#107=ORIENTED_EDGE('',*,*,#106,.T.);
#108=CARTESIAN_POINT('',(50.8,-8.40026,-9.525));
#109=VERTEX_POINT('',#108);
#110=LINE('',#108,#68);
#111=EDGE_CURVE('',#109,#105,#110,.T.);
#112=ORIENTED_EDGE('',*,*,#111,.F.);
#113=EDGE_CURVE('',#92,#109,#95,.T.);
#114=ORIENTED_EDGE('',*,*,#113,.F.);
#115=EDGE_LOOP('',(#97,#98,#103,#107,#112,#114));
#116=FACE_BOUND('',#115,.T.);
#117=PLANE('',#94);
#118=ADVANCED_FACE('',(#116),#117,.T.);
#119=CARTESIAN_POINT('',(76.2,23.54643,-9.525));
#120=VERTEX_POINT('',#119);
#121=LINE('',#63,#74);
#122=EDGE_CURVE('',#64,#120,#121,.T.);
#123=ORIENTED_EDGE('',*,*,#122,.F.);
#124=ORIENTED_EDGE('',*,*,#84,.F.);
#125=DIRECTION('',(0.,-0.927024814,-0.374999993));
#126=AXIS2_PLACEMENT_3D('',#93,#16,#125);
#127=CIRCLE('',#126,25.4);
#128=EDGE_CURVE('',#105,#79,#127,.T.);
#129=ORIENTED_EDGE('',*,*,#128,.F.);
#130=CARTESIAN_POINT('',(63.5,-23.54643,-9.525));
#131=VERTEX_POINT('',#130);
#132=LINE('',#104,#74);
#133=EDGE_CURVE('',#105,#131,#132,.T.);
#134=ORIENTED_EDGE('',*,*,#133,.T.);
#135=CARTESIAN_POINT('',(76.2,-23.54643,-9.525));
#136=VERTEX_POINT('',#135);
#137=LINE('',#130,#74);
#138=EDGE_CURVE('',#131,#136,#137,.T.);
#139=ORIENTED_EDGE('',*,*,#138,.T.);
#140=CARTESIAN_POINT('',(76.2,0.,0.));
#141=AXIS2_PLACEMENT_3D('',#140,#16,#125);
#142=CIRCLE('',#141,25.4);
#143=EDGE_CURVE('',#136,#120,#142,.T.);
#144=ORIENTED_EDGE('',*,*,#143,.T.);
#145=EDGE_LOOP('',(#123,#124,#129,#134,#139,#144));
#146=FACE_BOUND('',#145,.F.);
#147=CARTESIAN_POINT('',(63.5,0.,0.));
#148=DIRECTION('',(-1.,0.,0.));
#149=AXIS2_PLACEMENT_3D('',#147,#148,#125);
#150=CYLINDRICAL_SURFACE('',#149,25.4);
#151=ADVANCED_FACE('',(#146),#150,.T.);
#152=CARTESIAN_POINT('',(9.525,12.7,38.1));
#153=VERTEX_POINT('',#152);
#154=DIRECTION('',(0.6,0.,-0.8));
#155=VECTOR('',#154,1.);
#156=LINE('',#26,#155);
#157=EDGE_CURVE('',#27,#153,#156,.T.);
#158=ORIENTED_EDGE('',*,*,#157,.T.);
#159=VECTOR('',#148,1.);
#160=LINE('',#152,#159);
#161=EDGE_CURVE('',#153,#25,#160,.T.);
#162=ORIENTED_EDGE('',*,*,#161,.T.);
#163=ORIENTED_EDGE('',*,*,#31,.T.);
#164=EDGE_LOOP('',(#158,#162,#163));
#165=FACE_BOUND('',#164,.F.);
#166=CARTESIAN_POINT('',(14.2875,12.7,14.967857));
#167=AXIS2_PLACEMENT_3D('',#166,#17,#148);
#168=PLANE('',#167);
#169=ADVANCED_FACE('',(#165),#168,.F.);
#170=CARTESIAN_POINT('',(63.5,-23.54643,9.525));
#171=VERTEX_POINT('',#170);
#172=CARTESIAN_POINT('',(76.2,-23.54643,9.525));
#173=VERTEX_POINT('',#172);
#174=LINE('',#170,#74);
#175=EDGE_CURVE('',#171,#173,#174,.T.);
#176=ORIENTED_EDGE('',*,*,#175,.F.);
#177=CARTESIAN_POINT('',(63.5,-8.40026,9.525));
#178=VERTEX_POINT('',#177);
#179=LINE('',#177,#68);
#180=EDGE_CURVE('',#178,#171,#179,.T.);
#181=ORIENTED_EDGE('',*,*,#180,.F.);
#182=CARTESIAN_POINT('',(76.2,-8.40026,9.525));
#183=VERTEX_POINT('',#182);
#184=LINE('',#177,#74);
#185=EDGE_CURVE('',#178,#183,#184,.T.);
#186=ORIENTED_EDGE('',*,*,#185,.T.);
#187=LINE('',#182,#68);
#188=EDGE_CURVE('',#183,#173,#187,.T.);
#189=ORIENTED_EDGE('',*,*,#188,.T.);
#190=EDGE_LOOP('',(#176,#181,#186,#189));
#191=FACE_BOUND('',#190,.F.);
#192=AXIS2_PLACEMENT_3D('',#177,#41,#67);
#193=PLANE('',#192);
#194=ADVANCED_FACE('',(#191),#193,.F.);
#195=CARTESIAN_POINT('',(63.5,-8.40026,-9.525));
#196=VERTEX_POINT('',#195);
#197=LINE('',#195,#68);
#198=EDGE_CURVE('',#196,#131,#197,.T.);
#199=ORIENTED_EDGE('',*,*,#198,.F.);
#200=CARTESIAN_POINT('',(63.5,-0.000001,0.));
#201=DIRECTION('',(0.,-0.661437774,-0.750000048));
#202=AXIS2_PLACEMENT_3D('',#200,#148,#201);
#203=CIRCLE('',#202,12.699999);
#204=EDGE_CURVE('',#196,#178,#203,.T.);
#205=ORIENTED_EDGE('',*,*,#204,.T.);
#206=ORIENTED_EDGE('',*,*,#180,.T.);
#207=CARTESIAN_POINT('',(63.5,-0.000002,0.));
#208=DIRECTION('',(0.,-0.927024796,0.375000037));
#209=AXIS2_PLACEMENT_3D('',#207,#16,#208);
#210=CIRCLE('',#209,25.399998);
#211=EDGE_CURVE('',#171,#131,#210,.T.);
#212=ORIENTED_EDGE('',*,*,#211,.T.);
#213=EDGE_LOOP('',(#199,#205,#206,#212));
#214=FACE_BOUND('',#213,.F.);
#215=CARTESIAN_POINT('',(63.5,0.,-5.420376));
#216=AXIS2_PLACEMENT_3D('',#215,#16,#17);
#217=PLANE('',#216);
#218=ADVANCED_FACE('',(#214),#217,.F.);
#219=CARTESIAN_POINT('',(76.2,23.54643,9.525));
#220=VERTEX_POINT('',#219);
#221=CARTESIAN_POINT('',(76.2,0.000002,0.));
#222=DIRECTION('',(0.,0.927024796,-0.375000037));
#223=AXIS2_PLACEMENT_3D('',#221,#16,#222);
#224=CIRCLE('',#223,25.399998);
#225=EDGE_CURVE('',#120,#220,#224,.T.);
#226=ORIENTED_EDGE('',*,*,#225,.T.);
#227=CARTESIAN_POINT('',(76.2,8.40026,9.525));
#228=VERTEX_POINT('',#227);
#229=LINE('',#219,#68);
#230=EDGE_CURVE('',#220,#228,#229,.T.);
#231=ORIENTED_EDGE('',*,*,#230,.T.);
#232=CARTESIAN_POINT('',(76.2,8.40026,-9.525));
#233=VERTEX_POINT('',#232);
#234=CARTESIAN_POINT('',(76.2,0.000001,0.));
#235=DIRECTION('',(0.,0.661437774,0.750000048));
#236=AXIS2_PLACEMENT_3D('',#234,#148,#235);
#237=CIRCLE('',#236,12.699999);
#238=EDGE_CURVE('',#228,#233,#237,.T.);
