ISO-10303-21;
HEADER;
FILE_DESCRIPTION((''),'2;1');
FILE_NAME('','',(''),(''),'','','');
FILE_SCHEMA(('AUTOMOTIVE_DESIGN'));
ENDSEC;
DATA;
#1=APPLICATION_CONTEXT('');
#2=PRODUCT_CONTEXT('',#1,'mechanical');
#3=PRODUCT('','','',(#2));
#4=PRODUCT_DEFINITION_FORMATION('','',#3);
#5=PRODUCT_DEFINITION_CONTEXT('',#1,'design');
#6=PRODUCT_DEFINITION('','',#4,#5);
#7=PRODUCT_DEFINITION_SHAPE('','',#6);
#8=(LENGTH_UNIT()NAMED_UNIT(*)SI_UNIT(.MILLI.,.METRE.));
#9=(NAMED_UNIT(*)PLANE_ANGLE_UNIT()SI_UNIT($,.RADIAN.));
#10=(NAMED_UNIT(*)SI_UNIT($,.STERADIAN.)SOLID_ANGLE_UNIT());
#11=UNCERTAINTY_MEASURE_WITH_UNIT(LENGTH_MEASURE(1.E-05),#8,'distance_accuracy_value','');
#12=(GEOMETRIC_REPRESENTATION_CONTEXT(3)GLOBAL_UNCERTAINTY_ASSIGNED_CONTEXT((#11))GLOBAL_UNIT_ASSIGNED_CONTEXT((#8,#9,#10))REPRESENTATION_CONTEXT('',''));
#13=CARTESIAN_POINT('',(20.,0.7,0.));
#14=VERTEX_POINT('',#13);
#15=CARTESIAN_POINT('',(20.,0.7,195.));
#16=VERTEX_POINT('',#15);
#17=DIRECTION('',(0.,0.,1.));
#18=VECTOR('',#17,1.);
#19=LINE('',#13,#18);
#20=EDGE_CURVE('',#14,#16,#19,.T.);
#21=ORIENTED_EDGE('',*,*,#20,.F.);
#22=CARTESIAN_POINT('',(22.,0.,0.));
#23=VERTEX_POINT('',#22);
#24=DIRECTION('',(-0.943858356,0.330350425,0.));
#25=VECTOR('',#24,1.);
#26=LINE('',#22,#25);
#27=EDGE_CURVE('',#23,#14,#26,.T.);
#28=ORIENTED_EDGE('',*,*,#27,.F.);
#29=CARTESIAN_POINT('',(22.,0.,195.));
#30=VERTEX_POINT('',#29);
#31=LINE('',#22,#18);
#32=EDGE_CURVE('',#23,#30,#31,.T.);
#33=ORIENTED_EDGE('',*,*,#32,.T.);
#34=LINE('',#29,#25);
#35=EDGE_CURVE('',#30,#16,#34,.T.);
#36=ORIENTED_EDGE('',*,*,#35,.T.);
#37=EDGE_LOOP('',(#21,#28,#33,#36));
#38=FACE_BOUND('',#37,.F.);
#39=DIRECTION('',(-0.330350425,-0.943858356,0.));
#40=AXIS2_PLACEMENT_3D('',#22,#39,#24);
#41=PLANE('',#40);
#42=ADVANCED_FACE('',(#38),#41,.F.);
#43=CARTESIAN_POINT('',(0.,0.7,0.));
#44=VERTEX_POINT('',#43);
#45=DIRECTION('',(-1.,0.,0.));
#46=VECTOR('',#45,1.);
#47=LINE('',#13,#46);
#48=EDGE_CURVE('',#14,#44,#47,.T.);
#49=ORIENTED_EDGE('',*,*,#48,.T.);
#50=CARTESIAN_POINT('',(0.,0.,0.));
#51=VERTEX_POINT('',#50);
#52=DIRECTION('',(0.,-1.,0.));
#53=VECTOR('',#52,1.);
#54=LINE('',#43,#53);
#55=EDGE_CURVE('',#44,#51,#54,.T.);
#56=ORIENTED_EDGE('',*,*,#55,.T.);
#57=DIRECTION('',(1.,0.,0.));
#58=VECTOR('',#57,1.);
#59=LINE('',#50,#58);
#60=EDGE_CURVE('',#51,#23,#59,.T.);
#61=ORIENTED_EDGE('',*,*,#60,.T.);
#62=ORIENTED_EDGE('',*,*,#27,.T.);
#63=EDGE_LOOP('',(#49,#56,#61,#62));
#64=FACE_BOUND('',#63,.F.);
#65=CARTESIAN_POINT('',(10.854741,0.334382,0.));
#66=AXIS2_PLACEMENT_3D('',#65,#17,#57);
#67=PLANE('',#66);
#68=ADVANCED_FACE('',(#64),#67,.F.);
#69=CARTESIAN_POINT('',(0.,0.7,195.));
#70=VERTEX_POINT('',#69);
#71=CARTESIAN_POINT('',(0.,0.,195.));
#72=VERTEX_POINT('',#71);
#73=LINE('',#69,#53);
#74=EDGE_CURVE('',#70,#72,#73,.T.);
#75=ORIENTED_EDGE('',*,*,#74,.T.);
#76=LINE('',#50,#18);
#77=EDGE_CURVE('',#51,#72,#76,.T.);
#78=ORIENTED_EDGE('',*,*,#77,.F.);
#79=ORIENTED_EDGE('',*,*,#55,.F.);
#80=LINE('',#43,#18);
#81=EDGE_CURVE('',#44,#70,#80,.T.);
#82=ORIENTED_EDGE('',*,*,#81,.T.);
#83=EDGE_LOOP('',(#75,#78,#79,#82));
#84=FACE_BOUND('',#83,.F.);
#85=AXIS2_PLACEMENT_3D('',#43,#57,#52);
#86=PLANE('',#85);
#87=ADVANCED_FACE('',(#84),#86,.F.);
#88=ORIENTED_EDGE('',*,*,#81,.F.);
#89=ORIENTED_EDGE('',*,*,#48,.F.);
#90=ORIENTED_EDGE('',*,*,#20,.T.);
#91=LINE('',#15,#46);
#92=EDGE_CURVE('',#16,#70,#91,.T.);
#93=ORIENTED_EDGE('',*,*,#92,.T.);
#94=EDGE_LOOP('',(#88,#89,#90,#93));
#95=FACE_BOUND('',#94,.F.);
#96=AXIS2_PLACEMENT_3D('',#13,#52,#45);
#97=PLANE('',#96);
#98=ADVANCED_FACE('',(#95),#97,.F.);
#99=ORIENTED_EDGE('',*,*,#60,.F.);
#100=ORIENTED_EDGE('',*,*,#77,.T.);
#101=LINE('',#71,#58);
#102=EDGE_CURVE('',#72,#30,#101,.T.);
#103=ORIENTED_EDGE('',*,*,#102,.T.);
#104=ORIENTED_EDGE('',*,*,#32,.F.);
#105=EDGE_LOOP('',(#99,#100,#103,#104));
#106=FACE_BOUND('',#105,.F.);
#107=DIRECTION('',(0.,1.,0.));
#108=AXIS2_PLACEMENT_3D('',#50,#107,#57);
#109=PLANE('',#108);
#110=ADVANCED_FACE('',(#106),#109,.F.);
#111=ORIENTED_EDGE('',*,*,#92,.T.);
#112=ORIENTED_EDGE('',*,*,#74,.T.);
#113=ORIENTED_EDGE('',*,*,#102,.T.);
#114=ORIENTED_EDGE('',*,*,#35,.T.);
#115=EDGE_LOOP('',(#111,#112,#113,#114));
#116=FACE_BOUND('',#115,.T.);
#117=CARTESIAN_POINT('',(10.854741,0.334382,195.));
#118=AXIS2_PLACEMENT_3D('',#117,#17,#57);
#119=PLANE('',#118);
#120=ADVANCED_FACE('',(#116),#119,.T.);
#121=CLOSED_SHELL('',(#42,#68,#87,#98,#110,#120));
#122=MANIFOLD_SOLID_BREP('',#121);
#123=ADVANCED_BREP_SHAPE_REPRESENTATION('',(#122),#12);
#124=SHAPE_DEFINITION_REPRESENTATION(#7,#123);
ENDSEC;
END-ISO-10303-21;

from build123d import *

# Parameters (mm, degrees)
SALIENTE_EXTRUIR1_DEPTH = 195


with BuildPart() as part:
    # Croquis1 → Saliente-Extruir1 (new body)
    with BuildSketch(Plane.XY):
        Polygon((0, 0), (22, 0), (20, 0.7), (0, 0.7), align=None)
    extrude(amount=SALIENTE_EXTRUIR1_DEPTH)


solid = part.part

[WHAT IS EXPECTED]: In the records above, find the line with "#155=VECTOR('',#154,1.);"; write out exactly that line and each one after it, stopping after the line with "#192=AXIS2_PLACEMENT_3D('',#177,#41,#67);".

[RESULT OF THE EXERCISE]:
#155=VECTOR('',#154,1.);
#156=LINE('',#26,#155);
#157=EDGE_CURVE('',#27,#153,#156,.T.);
#158=ORIENTED_EDGE('',*,*,#157,.T.);
#159=VECTOR('',#148,1.);
#160=LINE('',#152,#159);
#161=EDGE_CURVE('',#153,#25,#160,.T.);
#162=ORIENTED_EDGE('',*,*,#161,.T.);
#163=ORIENTED_EDGE('',*,*,#31,.T.);
#164=EDGE_LOOP('',(#158,#162,#163));
#165=FACE_BOUND('',#164,.F.);
#166=CARTESIAN_POINT('',(14.2875,12.7,14.967857));
#167=AXIS2_PLACEMENT_3D('',#166,#17,#148);
#168=PLANE('',#167);
#169=ADVANCED_FACE('',(#165),#168,.F.);
#170=CARTESIAN_POINT('',(63.5,-23.54643,9.525));
#171=VERTEX_POINT('',#170);
#172=CARTESIAN_POINT('',(76.2,-23.54643,9.525));
#173=VERTEX_POINT('',#172);
#174=LINE('',#170,#74);
#175=EDGE_CURVE('',#171,#173,#174,.T.);
#176=ORIENTED_EDGE('',*,*,#175,.F.);
#177=CARTESIAN_POINT('',(63.5,-8.40026,9.525));
#178=VERTEX_POINT('',#177);
#179=LINE('',#177,#68);
#180=EDGE_CURVE('',#178,#171,#179,.T.);
#181=ORIENTED_EDGE('',*,*,#180,.F.);
#182=CARTESIAN_POINT('',(76.2,-8.40026,9.525));
#183=VERTEX_POINT('',#182);
#184=LINE('',#177,#74);
#185=EDGE_CURVE('',#178,#183,#184,.T.);
#186=ORIENTED_EDGE('',*,*,#185,.T.);
#187=LINE('',#182,#68);
#188=EDGE_CURVE('',#183,#173,#187,.T.);
#189=ORIENTED_EDGE('',*,*,#188,.T.);
#190=EDGE_LOOP('',(#176,#181,#186,#189));
#191=FACE_BOUND('',#190,.F.);
#192=AXIS2_PLACEMENT_3D('',#177,#41,#67);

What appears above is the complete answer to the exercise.